Hi. I have a buck 27000 and am looking to replace the gaskets. My local hardware has real thick single Piece gaskets. Will that work for my buck? It has 2 thinner ropes on the sides and top. I'm sorry if you're not familiar with it but am guessing you are.


----------



## WASPKFD (Dec 23, 2013)

HELLO Blowin cold in IOWA -4 outside ... 90 inside lol ALL HAIL THE BUCK
anyway.. I got my gaskets at MENARDS rope style... yes aroun the sides and top.. also redid the flat gasket back side on motor housing OH also rope gasket on the flue stack'''''you can kinda see it in the pic!


----------



## Blowin smoke (Dec 23, 2013)

WASPKFD said:


> HELLO Blowin cold in IOWA -4 outside ... 90 inside lol ALL HAIL THE BUCK
> anyway.. I got my gaskets at MENARDS rope style... yes aroun the sides and top.. also redid the flat gasket back side on motor housing OH also rope gasket on the flue stack'''''you can kinda see it in the pic!
> View attachment 121447


So would the thick one PC work instead of what's on there now (two 3/8 sections)? The thick stuff around here is probably around 3/4 in thick. Give or take a little. Just a guess. ALL HAIL THE BUCK Lol


----------



## WASPKFD (Dec 23, 2013)

Blowin smoke said:


> So would the thick one PC work instead of what's on there now (two 3/8 sections)? The thick stuff around here is probably around 3/4 in thick. Give or take a little. Just a guess. ALL HAIL THE BUCK Lol


 Hello Blowin!!
mine is 3/8 I guess thicker would be better ( don't forget Im no expert) don't forget the clean out the grooves real good and use the chimney silicon to hold it in place... I hope your using your stove -14 tonight -30 windchill... THE BEAST IS PRODUCING HEAT and not a sound from the furnace HAHAHHA ALL HAIL THE BUCK

I believe you will need 7 feet.. sorry so late in replys I leave early and home late... STAY WRM my FRIEND


----------



## Blowin smoke (Dec 23, 2013)

WASPKFD said:


> Hello Blowin!!
> mine is 3/8 I guess thicker would be better ( don't forget Im no expert) don't forget the clean out the grooves real good and use the chimney silicon to hold it in place... I hope your using your stove -14 tonight -30 windchill... THE BEAST IS PRODUCING HEAT and not a sound from the furnace HAHAHHA ALL HAIL THE BUCK
> 
> I believe you will need 7 feet.. sorry so late in replys I leave early and home late... STAY WRM my FRIEND


No problem.

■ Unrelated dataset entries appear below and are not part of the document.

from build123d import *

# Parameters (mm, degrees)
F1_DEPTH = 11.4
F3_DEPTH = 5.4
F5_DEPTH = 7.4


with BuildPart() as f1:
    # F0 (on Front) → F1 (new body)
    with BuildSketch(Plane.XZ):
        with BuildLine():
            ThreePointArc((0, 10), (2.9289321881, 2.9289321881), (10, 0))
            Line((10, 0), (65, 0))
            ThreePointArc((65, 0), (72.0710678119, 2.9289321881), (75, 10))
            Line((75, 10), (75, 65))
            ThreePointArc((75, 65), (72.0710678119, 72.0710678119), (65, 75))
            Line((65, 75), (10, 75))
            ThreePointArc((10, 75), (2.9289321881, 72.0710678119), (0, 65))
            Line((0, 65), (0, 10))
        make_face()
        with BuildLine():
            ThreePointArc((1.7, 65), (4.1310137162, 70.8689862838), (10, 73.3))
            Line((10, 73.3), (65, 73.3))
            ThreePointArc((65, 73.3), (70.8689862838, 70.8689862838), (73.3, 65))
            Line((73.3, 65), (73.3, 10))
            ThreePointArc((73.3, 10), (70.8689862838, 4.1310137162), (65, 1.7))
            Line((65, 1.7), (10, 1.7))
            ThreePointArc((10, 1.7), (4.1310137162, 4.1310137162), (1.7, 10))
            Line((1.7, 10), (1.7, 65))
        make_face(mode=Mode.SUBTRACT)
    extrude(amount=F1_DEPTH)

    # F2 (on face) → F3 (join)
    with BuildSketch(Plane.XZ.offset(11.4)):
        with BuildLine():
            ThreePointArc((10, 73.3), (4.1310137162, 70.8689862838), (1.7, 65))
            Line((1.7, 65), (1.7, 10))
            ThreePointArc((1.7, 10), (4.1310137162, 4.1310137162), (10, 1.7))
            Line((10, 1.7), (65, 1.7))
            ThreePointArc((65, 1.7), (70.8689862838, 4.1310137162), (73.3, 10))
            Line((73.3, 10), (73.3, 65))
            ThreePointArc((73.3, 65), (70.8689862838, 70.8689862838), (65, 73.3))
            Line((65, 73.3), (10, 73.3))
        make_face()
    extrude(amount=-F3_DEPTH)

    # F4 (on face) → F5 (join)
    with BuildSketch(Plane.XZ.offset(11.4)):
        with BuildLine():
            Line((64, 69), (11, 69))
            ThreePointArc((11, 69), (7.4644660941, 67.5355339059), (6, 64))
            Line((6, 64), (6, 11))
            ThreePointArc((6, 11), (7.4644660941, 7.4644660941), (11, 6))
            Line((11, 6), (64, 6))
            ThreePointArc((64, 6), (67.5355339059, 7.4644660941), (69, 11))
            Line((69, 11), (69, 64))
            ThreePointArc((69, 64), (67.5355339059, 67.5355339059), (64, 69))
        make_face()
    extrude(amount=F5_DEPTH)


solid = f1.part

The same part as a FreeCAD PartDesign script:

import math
import FreeCAD as App
import Part
import Sketcher

V = App.Vector
Q = App.Units.Quantity

doc = App.newDocument("Part")
body = doc.addObject("PartDesign::Body", "Body")

sketch1 = doc.addObject("Sketcher::SketchObject", "Sketch")
body.addObject(sketch1)
sketch1.AttachmentSupport = (doc.XZ_Plane, [""])
sketch1.MapMode = "FlatFace"
sketch1.addGeometry(Part.ArcOfCircle(Part.Circle(V(10, 10, 0), V(0, 0, 1), 10), math.radians(180), math.radians(270)), False)
sketch1.addGeometry(Part.LineSegment(V(10, 0, 0), V(65, 0, 0)), False)
sketch1.addGeometry(Part.ArcOfCircle(Part.Circle(V(65, 10, 0), V(0, 0, 1), 10), math.radians(-90), math.radians(0)), False)
sketch1.addGeometry(Part.LineSegment(V(75, 10, 0), V(75, 65, 0)), False)
sketch1.addGeometry(Part.ArcOfCircle(Part.Circle(V(65, 65, 0), V(0, 0, 1), 10), math.radians(0), math.radians(90)), False)
sketch1.addGeometry(Part.LineSegment(V(65, 75, 0), V(10, 75, 0)), False)
sketch1.addGeometry(Part.ArcOfCircle(Part.Circle(V(10, 65, 0), V(0, 0, 1), 10), math.radians(90), math.radians(180)), False)
sketch1.addGeometry(Part.LineSegment(V(0, 65, 0), V(0, 10, 0)), False)
sketch1.addGeometry(Part.LineSegment(V(2, 10, 0), V(2, 65, 0)), False)
sketch1.addGeometry(Part.ArcOfCircle(Part.Circle(V(10, 65, 0), V(0, 0, 1), 8), math.radians(90), math.radians(180)), False)
sketch1.addGeometry(Part.LineSegment(V(10, 73, 0), V(65, 73, 0)), False)
sketch1.addGeometry(Part.ArcOfCircle(Part.Circle(V(65, 65, 0), V(0, 0, 1), 8), math.radians(0), math.radians(90)), False)
sketch1.addGeometry(Part.LineSegment(V(73, 65, 0), V(73, 10, 0)), False)
sketch1.addGeometry(Part.ArcOfCircle(Part.Circle(V(65, 10, 0), V(0, 0, 1), 8), math.radians(-90), math.radians(0)), False)
sketch1.addGeometry(Part.LineSegment(V(65, 2, 0), V(10, 2, 0)), False)
sketch1.addGeometry(Part.ArcOfCircle(Part.Circle(V(10, 10, 0), V(0, 0, 1), 8), math.radians(180), math.radians(270)), False)
sketch1.addConstraint(Sketcher.Constraint("Tangent", 0, 2, 1, 1))
sketch1.addConstraint(Sketcher.Constraint("Tangent", 1, 2, 2, 1))
sketch1.addConstraint(Sketcher.Constraint("Tangent", 2, 2, 3, 1))
sketch1.addConstraint(Sketcher.Constraint("Tangent", 3, 2, 4, 1))
sketch1.addConstraint(Sketcher.Constraint("Tangent", 4, 2, 5, 1))
sketch1.addConstraint(Sketcher.Constraint("Tangent", 5, 2, 6, 1))
sketch1.addConstraint(Sketcher.Constraint("Tangent", 6, 2, 7, 1))
sketch1.addConstraint(Sketcher.Constraint("Tangent", 7, 2, 0, 1))
sketch1.addConstraint(Sketcher.Constraint("Tangent", 8, 2, 9, 2))
sketch1.addConstraint(Sketcher.Constraint("Tangent", 9, 1, 10, 1))
sketch1.addConstraint(Sketcher.Constraint("Tangent", 10, 2, 11, 2))
sketch1.addConstraint(Sketcher.Constraint("Tangent", 11, 1, 12, 1))
sketch1.addConstraint(Sketcher.Constraint("Tangent", 12, 2, 13, 2))
sketch1.addConstraint(Sketcher.Constraint("Tangent", 13, 1, 14, 1))
sketch1.addConstraint(Sketcher.Constraint("Tangent", 14, 2, 15, 2))
sketch1.addConstraint(Sketcher.Constraint("Tangent", 15, 1, 8, 1))
sketch1.addConstraint(Sketcher.Constraint("Horizontal", 1))
sketch1.addConstraint(Sketcher.Constraint("Vertical", 3))
sketch1.addConstraint(Sketcher.Constraint("Horizontal", 5))
sketch1.addConstraint(Sketcher.Constraint("Vertical", 7))
sketch1.addConstraint(Sketcher.Constraint("Vertical", 8))
sketch1.addConstraint(Sketcher.Constraint("Horizontal", 10))
sketch1.addConstraint(Sketcher.Constraint("Vertical", 12))
sketch1.addConstraint(Sketcher.Constraint("Horizontal", 14))
sketch1.addConstraint(Sketcher.Constraint("Coincident", 9, 3, 6, 3))
sketch1.addConstraint(Sketcher.Constraint("Coincident", 11, 3, 4, 3))
sketch1.addConstraint(Sketcher.Constraint("Coincident", 13, 3, 2, 3))
sketch1.addConstraint(Sketcher.Constraint("Equal", 0, 2))
sketch1.addConstraint(Sketcher.Constraint("Equal", 2, 4))
sketch1.addConstraint(Sketcher.Constraint("Equal", 4, 6))
sketch1.addConstraint(Sketcher.Constraint("Equal", 13, 15))
sketch1.addConstraint(Sketcher.Constraint("PointOnObject", 0, 2, -1))
sketch1.addConstraint(Sketcher.Constraint("PointOnObject", 6, 2, -2))
sketch1.addConstraint(Sketcher.Constraint("Equal", 14, 3))
sketch1.addConstraint(Sketcher.Constraint("Radius", 0, Q("10 mm")))
sketch1.addConstraint(Sketcher.Constraint("Radius", 9, Q("8.3 mm")))
sketch1.addConstraint(Sketcher.Constraint("DistanceX", 1, 1, 1, 2, Q("55 mm")))
pad1 = doc.addObject("PartDesign::Pad", "Pad")
body.addObject(pad1)
pad1.Profile = sketch1
pad1.Length = 11.4

sketch2 = doc.addObject("Sketcher::SketchObject", "Sketch001")
body.addObject(sketch2)
sketch2.AttachmentSupport = (doc.XZ_Plane, [""])
sketch2.MapMode = "FlatFace"
sketch2.AttachmentOffset = App.Placement(V(0, 0, 11.4), App.Rotation())
sketch2.addGeometry(Part.ArcOfCircle(Part.Circle(V(10, 65, 0), V(0, 0, 1), 8), math.radians(90), math.radians(180)), False)
sketch2.addGeometry(Part.LineSegment(V(2, 65, 0), V(2, 10, 0)), False)
sketch2.addGeometry(Part.ArcOfCircle(Part.Circle(V(10, 10, 0), V(0, 0, 1), 8), math.radians(180), math.radians(270)), False)
sketch2.addGeometry(Part.LineSegment(V(10, 2, 0), V(65, 2, 0)), False)
sketch2.addGeometry(Part.ArcOfCircle(Part.Circle(V(65, 10, 0), V(0, 0, 1), 8), math.radians(-90), math.radians(0)), False)
sketch2.addGeometry(Part.LineSegment(V(73, 10, 0), V(73, 65, 0)), False)
sketch2.addGeometry(Part.ArcOfCircle(Part.Circle(V(65, 65, 0), V(0, 0, 1), 8), math.radians(0), math.radians(90)), False)
sketch2.addGeometry(Part.LineSegment(V(65, 73, 0), V(10, 73, 0)), False)
sketch2.addConstraint(Sketcher.Constraint("Tangent", 0, 2, 1, 1))
sketch2.addConstraint(Sketcher.Constraint("Tangent", 1, 2, 2, 1))
sketch2.addConstraint(Sketcher.Constraint("Tangent", 2, 2, 3, 1))
sketch2.addConstraint(Sketcher.Constraint("Tangent", 3, 2, 4, 1))
sketch2.addConstraint(Sketcher.Constraint("Tangent", 4, 2, 5, 1))
sketch2.addConstraint(Sketcher.Constraint("Tangent", 5, 2, 6, 1))
sketch2.addConstraint(Sketcher.Constraint("Tangent", 6, 2, 7, 1))
sketch2.addConstraint(Sketcher.Constraint("Tangent", 7, 2, 0, 1))
sketch2.addConstraint(Sketcher.Constraint("Vertical", 1))
sketch2.addConstraint(Sketcher.Constraint("Horizontal", 3))
sketch2.addConstraint(Sketcher.Constraint("Vertical", 5))
sketch2.addConstraint(Sketcher.Constraint("Horizontal", 7))
sketch2.addConstraint(Sketcher.Constraint("Equal", 0, 2))
sketch2.addConstraint(Sketcher.Constraint("Equal", 2, 4))
sketch2.addConstraint(Sketcher.Constraint("Equal", 4, 6))
sketch2.addConstraint(Sketcher.Constraint("Equal", 7, 1))
sketch2.addConstraint(Sketcher.Constraint("Radius", 0, Q("8.3 mm")))
sketch2.addConstraint(Sketcher.Constraint("DistanceX", 3, 1, 3, 2, Q("55 mm")))
sketch2.addConstraint(Sketcher.Constraint("DistanceX", -1, 1, 0, 3, Q("10 mm")))
sketch2.addConstraint(Sketcher.Constraint("DistanceY", -1, 1, 0, 3, Q("65 mm")))
pad2 = doc.addObject("PartDesign::Pad", "Pad001")
body.addObject(pad2)
pad2.Profile = sketch2
pad2.Length = 5.4
pad2.Reversed = True

sketch3 = doc.addObject("Sketcher::SketchObject", "Sketch002")
body.addObject(sketch3)
sketch3.AttachmentSupport = (doc.XZ_Plane, [""])
sketch3.MapMode = "FlatFace"
sketch3.AttachmentOffset = App.Placement(V(0, 0, 11.4), App.Rotation())
sketch3.addGeometry(Part.LineSegment(V(64, 69, 0), V(11, 69, 0)), False)
sketch3.addGeometry(Part.ArcOfCircle(Part.Circle(V(11, 64, 0), V(0, 0, 1), 5), math.radians(90), math.radians(180)), False)
sketch3.addGeometry(Part.LineSegment(V(6, 64, 0), V(6, 11, 0)), False)
sketch3.addGeometry(Part.ArcOfCircle(Part.Circle(V(11, 11, 0), V(0, 0, 1), 5), math.radians(180), math.radians(270)), False)
sketch3.addGeometry(Part.LineSegment(V(11, 6, 0), V(64, 6, 0)), False)
sketch3.addGeometry(Part.ArcOfCircle(Part.Circle(V(64, 11, 0), V(0, 0, 1), 5), math.radians(-90), math.radians(0)), False)
sketch3.addGeometry(Part.LineSegment(V(69, 11, 0), V(69, 64, 0)), False)
sketch3.addGeometry(Part.ArcOfCircle(Part.Circle(V(64, 64, 0), V(0, 0, 1), 5), math.radians(0), math.radians(90)), False)
sketch3.addConstraint(Sketcher.Constraint("Tangent", 0, 2, 1, 1))
sketch3.addConstraint(Sketcher.Constraint("Tangent", 1, 2, 2, 1))
sketch3.addConstraint(Sketcher.Constraint("Tangent", 2, 2, 3, 1))
sketch3.addConstraint(Sketcher.Constraint("Tangent", 3, 2, 4, 1))
sketch3.addConstraint(Sketcher.Constraint("Tangent", 4, 2, 5, 1))
sketch3.addConstraint(Sketcher.Constraint("Tangent", 5, 2, 6, 1))
sketch3.addConstraint(Sketcher.Constraint("Tangent", 6, 2, 7, 1))
sketch3.addConstraint(Sketcher.Constraint("Tangent", 7, 2, 0, 1))
sketch3.addConstraint(Sketcher.Constraint("Horizontal", 0))
sketch3.addConstraint(Sketcher.Constraint("Vertical", 2))
sketch3.addConstraint(Sketcher.Constraint("Horizontal", 4))
sketch3.addConstraint(Sketcher.Constraint("Vertical", 6))
sketch3.addConstraint(Sketcher.Constraint("Equal", 1, 3))
sketch3.addConstraint(Sketcher.Constraint("Equal", 3, 5))
sketch3.addConstraint(Sketcher.Constraint("Equal", 5, 7))
sketch3.addConstraint(Sketcher.Constraint("Equal", 4, 2))
sketch3.addConstraint(Sketcher.Constraint("Radius", 1, Q("5 mm")))
sketch3.addConstraint(Sketcher.Constraint("DistanceX", 0, 2, 0, 1, Q("53 mm")))
sketch3.addConstraint(Sketcher.Constraint("DistanceX", -1, 1, 1, 3, Q("11 mm")))
sketch3.addConstraint(Sketcher.Constraint("DistanceY", -1, 1, 1, 3, Q("64 mm")))
pad3 = doc.addObject("PartDesign::Pad", "Pad002")
body.addObject(pad3)
pad3.Profile = sketch3
pad3.Length = 7.4

doc.recompute()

Just found out the thick piece on bottom is called "ash bar wicking" and found it here http://www.stove-parts-unlimited.com/Ash-Bar-Wicking-per-foot-For-Buck-p/mg-141fbg1.htm 
But I am getting air somewhere. Just fired up real good 3 descent splits and opened door to check and now I can't choke it out??? Even with door slots all the way shut. Gonna get that rope and wick and the same guy sells special glue for doing it . But outside is cold and inside the furnace isn't making a peep and the wife is telling me to crack a window


----------



## WASPKFD (Dec 23, 2013)

I don't think you can choke it out.. I cant with mine , I  can see a little gap at the top but no concern.. Im getting 6+ hours with 2/3 full...
I think all you need to do is make yourself happy.. some of these guys are experts (freaks lol kidding) and can squeeze every second from a piece of wood.. But Hey my house is warm my ass is stuck to the leather couch did I mention spiked hills and g string hahahahhh.. happy burning.. BTW I didn't install the ask wick at the time I didn't find any info and don't see a spot for it...


----------



## WASPKFD (Dec 24, 2013)

BTW have you done the dollar bill test on your doors yet? try that too...


----------



## Blowin smoke (Dec 24, 2013)

WASPKFD said:


> BTW have you done the dollar bill test on your doors yet? try that too...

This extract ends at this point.